How precise are the atlases contained in this volume? As a neuroanatomist interested in the brainstem and the cerebellum, I was somewhat dismayed by the crude representation of the superior cerebellar peduncle, the corticospinal tract and the corticopontine pathways in sections through the pons and the mesencephalon. Together they fill almost the entire cross section, the corticospinal tract covering a much larger area than the corticopontine pathway. Moreover, the decussation of the superior cerebellar peduncle is lacking in the atlas of the projection systems in Chapter 10 (Fig. 3A). Stilling did much better 170 years ago (Fig. 3B). That tractography is able to overcome the problem of tracing a tract through its decussation was shown in the reconstruction of the superior cerebellar peduncle by Van Baarsen et al. (2013). The illustrations of the long association and commissural pathways in Catani and Thiebaut de Schotten may suffer from a similar overestimation of their size, as a comparison with the histological atlas of Bürgel et al. (2006) in the last chapter suggests. Overestimation may be the consequence of pooling data from different subjects with great individual variability.
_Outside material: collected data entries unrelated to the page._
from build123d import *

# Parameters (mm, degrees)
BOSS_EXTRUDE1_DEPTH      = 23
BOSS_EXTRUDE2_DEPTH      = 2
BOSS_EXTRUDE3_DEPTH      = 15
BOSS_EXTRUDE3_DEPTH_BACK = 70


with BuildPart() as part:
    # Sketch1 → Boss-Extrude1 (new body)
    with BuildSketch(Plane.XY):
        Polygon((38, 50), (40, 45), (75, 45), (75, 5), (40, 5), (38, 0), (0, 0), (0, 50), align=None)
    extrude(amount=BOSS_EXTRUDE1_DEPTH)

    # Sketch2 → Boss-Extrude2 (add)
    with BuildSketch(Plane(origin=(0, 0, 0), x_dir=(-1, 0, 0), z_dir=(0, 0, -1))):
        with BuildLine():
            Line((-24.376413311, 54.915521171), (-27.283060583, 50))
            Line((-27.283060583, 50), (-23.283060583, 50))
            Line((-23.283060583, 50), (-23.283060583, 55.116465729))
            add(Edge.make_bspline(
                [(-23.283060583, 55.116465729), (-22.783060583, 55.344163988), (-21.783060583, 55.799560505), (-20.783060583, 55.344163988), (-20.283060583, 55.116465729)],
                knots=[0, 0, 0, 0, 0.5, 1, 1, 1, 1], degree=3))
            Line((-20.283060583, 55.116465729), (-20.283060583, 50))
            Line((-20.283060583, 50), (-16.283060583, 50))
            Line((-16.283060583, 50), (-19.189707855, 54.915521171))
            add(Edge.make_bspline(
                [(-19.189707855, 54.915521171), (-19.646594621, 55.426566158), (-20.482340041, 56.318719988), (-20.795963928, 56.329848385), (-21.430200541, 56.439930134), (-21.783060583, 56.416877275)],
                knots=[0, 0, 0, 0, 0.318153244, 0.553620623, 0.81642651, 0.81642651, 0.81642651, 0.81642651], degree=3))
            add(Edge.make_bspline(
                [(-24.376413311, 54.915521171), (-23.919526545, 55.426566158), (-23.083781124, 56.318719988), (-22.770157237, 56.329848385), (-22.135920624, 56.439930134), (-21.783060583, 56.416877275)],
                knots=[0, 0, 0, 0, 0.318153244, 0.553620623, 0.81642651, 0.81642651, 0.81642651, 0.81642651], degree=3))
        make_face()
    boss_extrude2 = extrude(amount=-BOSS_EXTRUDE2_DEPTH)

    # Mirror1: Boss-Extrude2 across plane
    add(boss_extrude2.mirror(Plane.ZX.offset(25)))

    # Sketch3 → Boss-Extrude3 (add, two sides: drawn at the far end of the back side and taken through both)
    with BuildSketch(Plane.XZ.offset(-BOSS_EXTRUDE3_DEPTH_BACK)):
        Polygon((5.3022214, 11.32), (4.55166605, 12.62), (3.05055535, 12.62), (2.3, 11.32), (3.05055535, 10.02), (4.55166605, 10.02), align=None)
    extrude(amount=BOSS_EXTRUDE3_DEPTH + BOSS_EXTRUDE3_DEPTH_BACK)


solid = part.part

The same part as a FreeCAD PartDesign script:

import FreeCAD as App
import Part
import Sketcher
from FreeCAD import Vector
Q = App.Units.Quantity


def add_polygon(sketch, points):
    """Adds a closed chain of lines whose ends are joined by coincident constraints."""
    first, n = sketch.GeometryCount, len(points)
    for a, b in zip(points, points[1:] + points[:1]):
        sketch.addGeometry(Part.LineSegment(App.Vector(*a, 0), App.Vector(*b, 0)), False)
    for i in range(n):
        sketch.addConstraint(Sketcher.Constraint("Coincident", first + i, 2, first + (i + 1) % n, 1))

doc = App.newDocument("Part")
body = doc.addObject("PartDesign::Body", "Body")

sketch1 = body.newObject("Sketcher::SketchObject", "Sketch")
sketch1.AttachmentSupport = (doc.getObject("XY_Plane"), [""])
sketch1.MapMode = "FlatFace"
add_polygon(sketch1, [(40, 45), (38, 50), (0, 50), (0, 0), (38, 0), (40, 5), (75, 5), (75, 45)])
sketch1.addConstraint([
    Sketcher.Constraint("Horizontal", 1),
    Sketcher.Constraint("Vertical", 2),
    Sketcher.Constraint("Horizontal", 3),
    Sketcher.Constraint("Horizontal", 5),
    Sketcher.Constraint("Vertical", 6),
    Sketcher.Constraint("Horizontal", 7),
    Sketcher.Constraint("Coincident", 2, 2, -1, 1),
    Sketcher.Constraint("Vertical", 0, 2, 3, 2),
    Sketcher.Constraint("Vertical", 4, 2, 7, 2),
    Sketcher.Constraint("Equal", 0, 4),
    Sketcher.Constraint("DistanceX", 1, 2, 1, 1, 38.0),
    Sketcher.Constraint("DistanceX", 5, 1, 5, 2, 35.0),
    Sketcher.Constraint("DistanceY", 2, 2, 2, 1, 50.0),
    Sketcher.Constraint("DistanceY", 6, 1, 6, 2, 40.0),
    Sketcher.Constraint("DistanceX", -1, 1, 4, 2, 40.0),
])
pad1 = body.newObject("PartDesign::Pad", "Pad")
pad1.Profile = sketch1
pad1.Length = 23

sketch2 = body.newObject("Sketcher::SketchObject", "Sketch001")
sketch2.AttachmentSupport = (doc.getObject("XY_Plane"), [""])
sketch2.MapMode = "FlatFace"
sketch2.addGeometry([
    Part.LineSegment(Vector(24.376413, 54.915521, 0), Vector(27.283061, 50, 0)),
    Part.LineSegment(Vector(27.283061, 50, 0), Vector(23.283061, 50, 0)),
    Part.LineSegment(Vector(23.283061, 50, 0), Vector(23.283061, 55.116466, 0)),
    Part.BSplineCurve([Vector(23.283061, 55.116466, 0), Vector(22.783061, 55.344164, 0), Vector(21.783061, 55.799561, 0), Vector(20.783061, 55.344164, 0), Vector(20.283061, 55.116466, 0)], [4, 1, 4], [0, 0.5, 1], False, 3, [1, 1, 1, 1, 1], False),
    Part.LineSegment(Vector(20.283061, 55.116466, 0), Vector(20.283061, 50, 0)),
    Part.LineSegment(Vector(20.283061, 50, 0), Vector(16.283061, 50, 0)),
    Part.LineSegment(Vector(16.283061, 50, 0), Vector(19.189708, 54.915521, 0)),
    Part.BSplineCurve([Vector(19.189708, 54.915521, 0), Vector(19.646595, 55.426566, 0), Vector(20.48234, 56.31872, 0), Vector(20.795964, 56.329848, 0), Vector(21.430201, 56.43993, 0), Vector(21.783061, 56.416877, 0)], [4, 1, 1, 4], [0, 0.318153244, 0.553620623, 0.81642651], False, 3, [1, 1, 1, 1, 1, 1], False),
    Part.BSplineCurve([Vector(24.376413, 54.915521, 0), Vector(23.919527, 55.426566, 0), Vector(23.083781, 56.31872, 0), Vector(22.770157, 56.329848, 0), Vector(22.135921, 56.43993, 0), Vector(21.783061, 56.416877, 0)], [4, 1, 1, 4], [0, 0.318153244, 0.553620623, 0.81642651], False, 3, [1, 1, 1, 1, 1, 1], False),
], False)
sketch2.addConstraint([
    Sketcher.Constraint("Block", 3),
    Sketcher.Constraint("Block", 7),
    Sketcher.Constraint("Block", 8),
    Sketcher.Constraint("Coincident", 0, 2, 1, 1),
    Sketcher.Constraint("Coincident", 1, 2, 2, 1),
    Sketcher.Constraint("Coincident", 2, 2, 3, 1),
    Sketcher.Constraint("Coincident", 3, 2, 4, 1),
    Sketcher.Constraint("Coincident", 4, 2, 5, 1),
    Sketcher.Constraint("Coincident", 5, 2, 6, 1),
    Sketcher.Constraint("Coincident", 6, 2, 7, 1),
    Sketcher.Constraint("Coincident", 8, 1, 0, 1),
    Sketcher.Constraint("Horizontal", 1),
    Sketcher.Constraint("Vertical", 2),
    Sketcher.Constraint("Vertical", 4),
    Sketcher.Constraint("Horizontal", 5),
    Sketcher.Constraint("Horizontal", 1, 2, 4, 2),
    Sketcher.Constraint("Equal", 1, 5),
    Sketcher.Constraint("DistanceX", 1, 2, 1, 1, 4.0),
    Sketcher.Constraint("DistanceY", -1, 1, 0, 2, 50.0),
])
pad2 = body.newObject("PartDesign::Pad", "Pad001")
pad2.Profile = sketch2
pad2.Length = 2
doc.recompute()

datumplane = body.newObject("PartDesign::Plane", "DatumPlane")
datumplane.AttachmentSupport = (doc.getObject("XZ_Plane"), [""])
datumplane.MapMode = "FlatFace"
datumplane.AttachmentOffset = App.Placement(Vector(0, 0, -25), App.Rotation())
mirrored = body.newObject("PartDesign::Mirrored", "Mirrored")
mirrored.Originals = [pad2]
mirrored.MirrorPlane = (datumplane, [""])
body.Tip = mirrored

sketch3 = body.newObject("Sketcher::SketchObject", "Sketch002")
sketch3.AttachmentSupport = (doc.getObject("XZ_Plane"), [""])
sketch3.MapMode = "FlatFace"
add_polygon(sketch3, [(5.3, 11.3), (4.6, 12.6), (3.1, 12.6), (2.3, 11.3), (3.1, 10), (4.6, 10)])
sketch3.addConstraint([
    Sketcher.Constraint("Horizontal", 1),
    Sketcher.Constraint("Horizontal", 4),
    Sketcher.Constraint("Parallel", 0, 3),
    Sketcher.Constraint("Parallel", 2, 5),
    Sketcher.Constraint("Horizontal", 2, 2, 5, 2),
    Sketcher.Constraint("Vertical", 1, 2, 3, 2),
    Sketcher.Constraint("Vertical", 0, 2, 4, 2),
    Sketcher.Constraint("Angle", 0, Q("120 deg")),
    Sketcher.Constraint("DistanceX", -1, 1, 2, 2, 2.3),
    Sketcher.Constraint("DistanceY", 2, 2, 1, 2, 1.3),
    Sketcher.Constraint("DistanceY", -1, 1, 0, 2, 12.62),
    Sketcher.Constraint("DistanceX", 1, 2, 1, 1, 1.501111),
])
pad3 = body.newObject("PartDesign::Pad", "Pad002")
pad3.Profile = sketch3
pad3.Type = "TwoLengths"
pad3.Length = 15
pad3.Length2 = 70

doc.recompute()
This book can be recommended to neurologists who wish to include tractography in their diagnostic repertoire. It may serve as a guide in courses that combine dissection and neurology. For cognitive and more generally interested neuroscientists it offers a survey of the state of the art in diffusion tensor tractography. I would not advise its use as a primary anatomical text, but its historical introduction and the promises that tractography holds for the future will also make the book of interest to anatomists. There is no doubt that these imaging techniques will be further refined. Once myelin can be visualized, the myeloarchitecture of the cerebral cortex and a detailed topographical anatomy of the white matter will be available for studies using tractography and functional MRI. The tracing of connections, using their neurotransmitters or other molecular markers, should bring the method up to the ‘gold standard’ of connectional neuroanatomy, thus far limited to experimental neuroscience.